Saved entries
------
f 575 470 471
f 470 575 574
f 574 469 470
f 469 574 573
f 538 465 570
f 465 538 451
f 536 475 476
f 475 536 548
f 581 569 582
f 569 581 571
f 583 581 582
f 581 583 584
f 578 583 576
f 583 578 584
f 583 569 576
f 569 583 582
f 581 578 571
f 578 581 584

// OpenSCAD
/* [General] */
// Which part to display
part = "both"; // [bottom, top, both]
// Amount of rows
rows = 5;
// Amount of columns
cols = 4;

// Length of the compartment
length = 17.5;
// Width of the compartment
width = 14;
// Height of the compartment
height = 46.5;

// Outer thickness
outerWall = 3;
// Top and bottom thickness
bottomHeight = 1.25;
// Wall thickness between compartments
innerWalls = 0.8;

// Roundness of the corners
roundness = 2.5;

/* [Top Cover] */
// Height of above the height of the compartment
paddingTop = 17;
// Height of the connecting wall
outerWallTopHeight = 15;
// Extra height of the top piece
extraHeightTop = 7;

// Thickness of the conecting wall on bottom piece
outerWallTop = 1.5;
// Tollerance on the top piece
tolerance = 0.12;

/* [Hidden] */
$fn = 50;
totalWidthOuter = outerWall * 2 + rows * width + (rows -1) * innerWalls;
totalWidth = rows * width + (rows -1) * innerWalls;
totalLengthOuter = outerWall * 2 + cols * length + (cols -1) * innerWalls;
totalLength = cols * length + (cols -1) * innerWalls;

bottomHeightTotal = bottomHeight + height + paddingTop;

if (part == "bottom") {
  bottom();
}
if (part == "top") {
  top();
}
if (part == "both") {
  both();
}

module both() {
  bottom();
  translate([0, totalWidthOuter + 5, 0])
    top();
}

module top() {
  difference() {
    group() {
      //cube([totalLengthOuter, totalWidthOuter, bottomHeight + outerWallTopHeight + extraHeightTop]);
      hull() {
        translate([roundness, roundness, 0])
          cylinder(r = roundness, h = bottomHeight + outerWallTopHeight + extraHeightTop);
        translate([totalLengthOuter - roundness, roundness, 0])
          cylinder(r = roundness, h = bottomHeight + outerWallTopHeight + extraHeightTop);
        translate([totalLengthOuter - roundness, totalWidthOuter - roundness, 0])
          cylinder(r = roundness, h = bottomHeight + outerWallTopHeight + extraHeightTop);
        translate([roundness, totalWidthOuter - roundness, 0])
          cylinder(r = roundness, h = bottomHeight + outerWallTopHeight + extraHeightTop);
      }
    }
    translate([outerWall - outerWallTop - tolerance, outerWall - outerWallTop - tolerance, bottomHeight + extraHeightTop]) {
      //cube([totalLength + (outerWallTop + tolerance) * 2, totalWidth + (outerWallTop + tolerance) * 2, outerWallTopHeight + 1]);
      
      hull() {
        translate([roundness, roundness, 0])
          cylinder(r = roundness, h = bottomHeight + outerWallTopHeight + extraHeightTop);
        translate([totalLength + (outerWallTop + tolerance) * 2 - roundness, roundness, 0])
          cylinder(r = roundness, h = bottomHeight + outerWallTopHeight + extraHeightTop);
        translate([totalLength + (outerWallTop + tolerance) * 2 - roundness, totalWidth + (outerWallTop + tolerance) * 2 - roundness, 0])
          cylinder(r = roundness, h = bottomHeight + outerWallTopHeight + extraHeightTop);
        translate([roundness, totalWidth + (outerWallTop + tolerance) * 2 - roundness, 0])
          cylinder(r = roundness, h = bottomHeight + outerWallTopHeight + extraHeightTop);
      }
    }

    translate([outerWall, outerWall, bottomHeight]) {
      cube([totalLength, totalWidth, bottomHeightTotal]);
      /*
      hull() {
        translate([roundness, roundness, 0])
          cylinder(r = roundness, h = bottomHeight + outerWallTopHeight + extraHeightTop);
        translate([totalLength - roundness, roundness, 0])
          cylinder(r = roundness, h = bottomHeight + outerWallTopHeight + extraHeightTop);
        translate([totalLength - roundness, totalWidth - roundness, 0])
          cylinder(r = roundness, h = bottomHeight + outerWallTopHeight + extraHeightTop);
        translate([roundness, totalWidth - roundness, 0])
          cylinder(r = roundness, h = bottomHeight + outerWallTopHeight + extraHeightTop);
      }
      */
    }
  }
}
------
**ABOUT THIS EXERCISE**
Your job is to copy all the records exactly.

**ANSWER SPACE**
f 575 470 471
f 470 575 574
f 574 469 470
f 469 574 573
f 538 465 570
f 465 538 451
f 536 475 476
f 475 536 548
f 581 569 582
f 569 581 571
f 583 581 582
f 581 583 584
f 578 583 576
f 583 578 584
f 583 569 576
f 569 583 582
f 581 578 571
f 578 581 584

// OpenSCAD
/* [General] */
// Which part to display
part = "both"; // [bottom, top, both]
// Amount of rows
rows = 5;
// Amount of columns
cols = 4;

// Length of the compartment
length = 17.5;
// Width of the compartment
width = 14;
// Height of the compartment
height = 46.5;

// Outer thickness
outerWall = 3;
// Top and bottom thickness
bottomHeight = 1.25;
// Wall thickness between compartments
innerWalls = 0.8;

// Roundness of the corners
roundness = 2.5;

/* [Top Cover] */
// Height of above the height of the compartment
paddingTop = 17;
// Height of the connecting wall
outerWallTopHeight = 15;
// Extra height of the top piece
extraHeightTop = 7;

// Thickness of the conecting wall on bottom piece
outerWallTop = 1.5;
// Tollerance on the top piece
tolerance = 0.12;

/* [Hidden] */
$fn = 50;
totalWidthOuter = outerWall * 2 + rows * width + (rows -1) * innerWalls;
totalWidth = rows * width + (rows -1) * innerWalls;
totalLengthOuter = outerWall * 2 + cols * length + (cols -1) * innerWalls;
totalLength = cols * length + (cols -1) * innerWalls;

bottomHeightTotal = bottomHeight + height + paddingTop;

if (part == "bottom") {
  bottom();
}
if (part == "top") {
  top();
}
if (part == "both") {
  both();
}

module both() {
  bottom();
  translate([0, totalWidthOuter + 5, 0])
    top();
}

module top() {
  difference() {
    group() {
      //cube([totalLengthOuter, totalWidthOuter, bottomHeight + outerWallTopHeight + extraHeightTop]);
      hull() {
        translate([roundness, roundness, 0])
          cylinder(r = roundness, h = bottomHeight + outerWallTopHeight + extraHeightTop);
        translate([totalLengthOuter - roundness, roundness, 0])
          cylinder(r = roundness, h = bottomHeight + outerWallTopHeight + extraHeightTop);
        translate([totalLengthOuter - roundness, totalWidthOuter - roundness, 0])
          cylinder(r = roundness, h = bottomHeight + outerWallTopHeight + extraHeightTop);
        translate([roundness, totalWidthOuter - roundness, 0])
          cylinder(r = roundness, h = bottomHeight + outerWallTopHeight + extraHeightTop);
      }
    }
    translate([outerWall - outerWallTop - tolerance, outerWall - outerWallTop - tolerance, bottomHeight + extraHeightTop]) {
      //cube([totalLength + (outerWallTop + tolerance) * 2, totalWidth + (outerWallTop + tolerance) * 2, outerWallTopHeight + 1]);
      
      hull() {
        translate([roundness, roundness, 0])
          cylinder(r = roundness, h = bottomHeight + outerWallTopHeight + extraHeightTop);
        translate([totalLength + (outerWallTop + tolerance) * 2 - roundness, roundness, 0])
          cylinder(r = roundness, h = bottomHeight + outerWallTopHeight + extraHeightTop);
        translate([totalLength + (outerWallTop + tolerance) * 2 - roundness, totalWidth + (outerWallTop + tolerance) * 2 - roundness, 0])
          cylinder(r = roundness, h = bottomHeight + outerWallTopHeight + extraHeightTop);
        translate([roundness, totalWidth + (outerWallTop + tolerance) * 2 - roundness, 0])
          cylinder(r = roundness, h = bottomHeight + outerWallTopHeight + extraHeightTop);
      }
    }

    translate([outerWall, outerWall, bottomHeight]) {
      cube([totalLength, totalWidth, bottomHeightTotal]);
      /*
      hull() {
        translate([roundness, roundness, 0])
          cylinder(r = roundness, h = bottomHeight + outerWallTopHeight + extraHeightTop);
        translate([totalLength - roundness, roundness, 0])
          cylinder(r = roundness, h = bottomHeight + outerWallTopHeight + extraHeightTop);
        translate([totalLength - roundness, totalWidth - roundness, 0])
          cylinder(r = roundness, h = bottomHeight + outerWallTopHeight + extraHeightTop);
        translate([roundness, totalWidth - roundness, 0])
          cylinder(r = roundness, h = bottomHeight + outerWallTopHeight + extraHeightTop);
      }
      */
    }
  }
}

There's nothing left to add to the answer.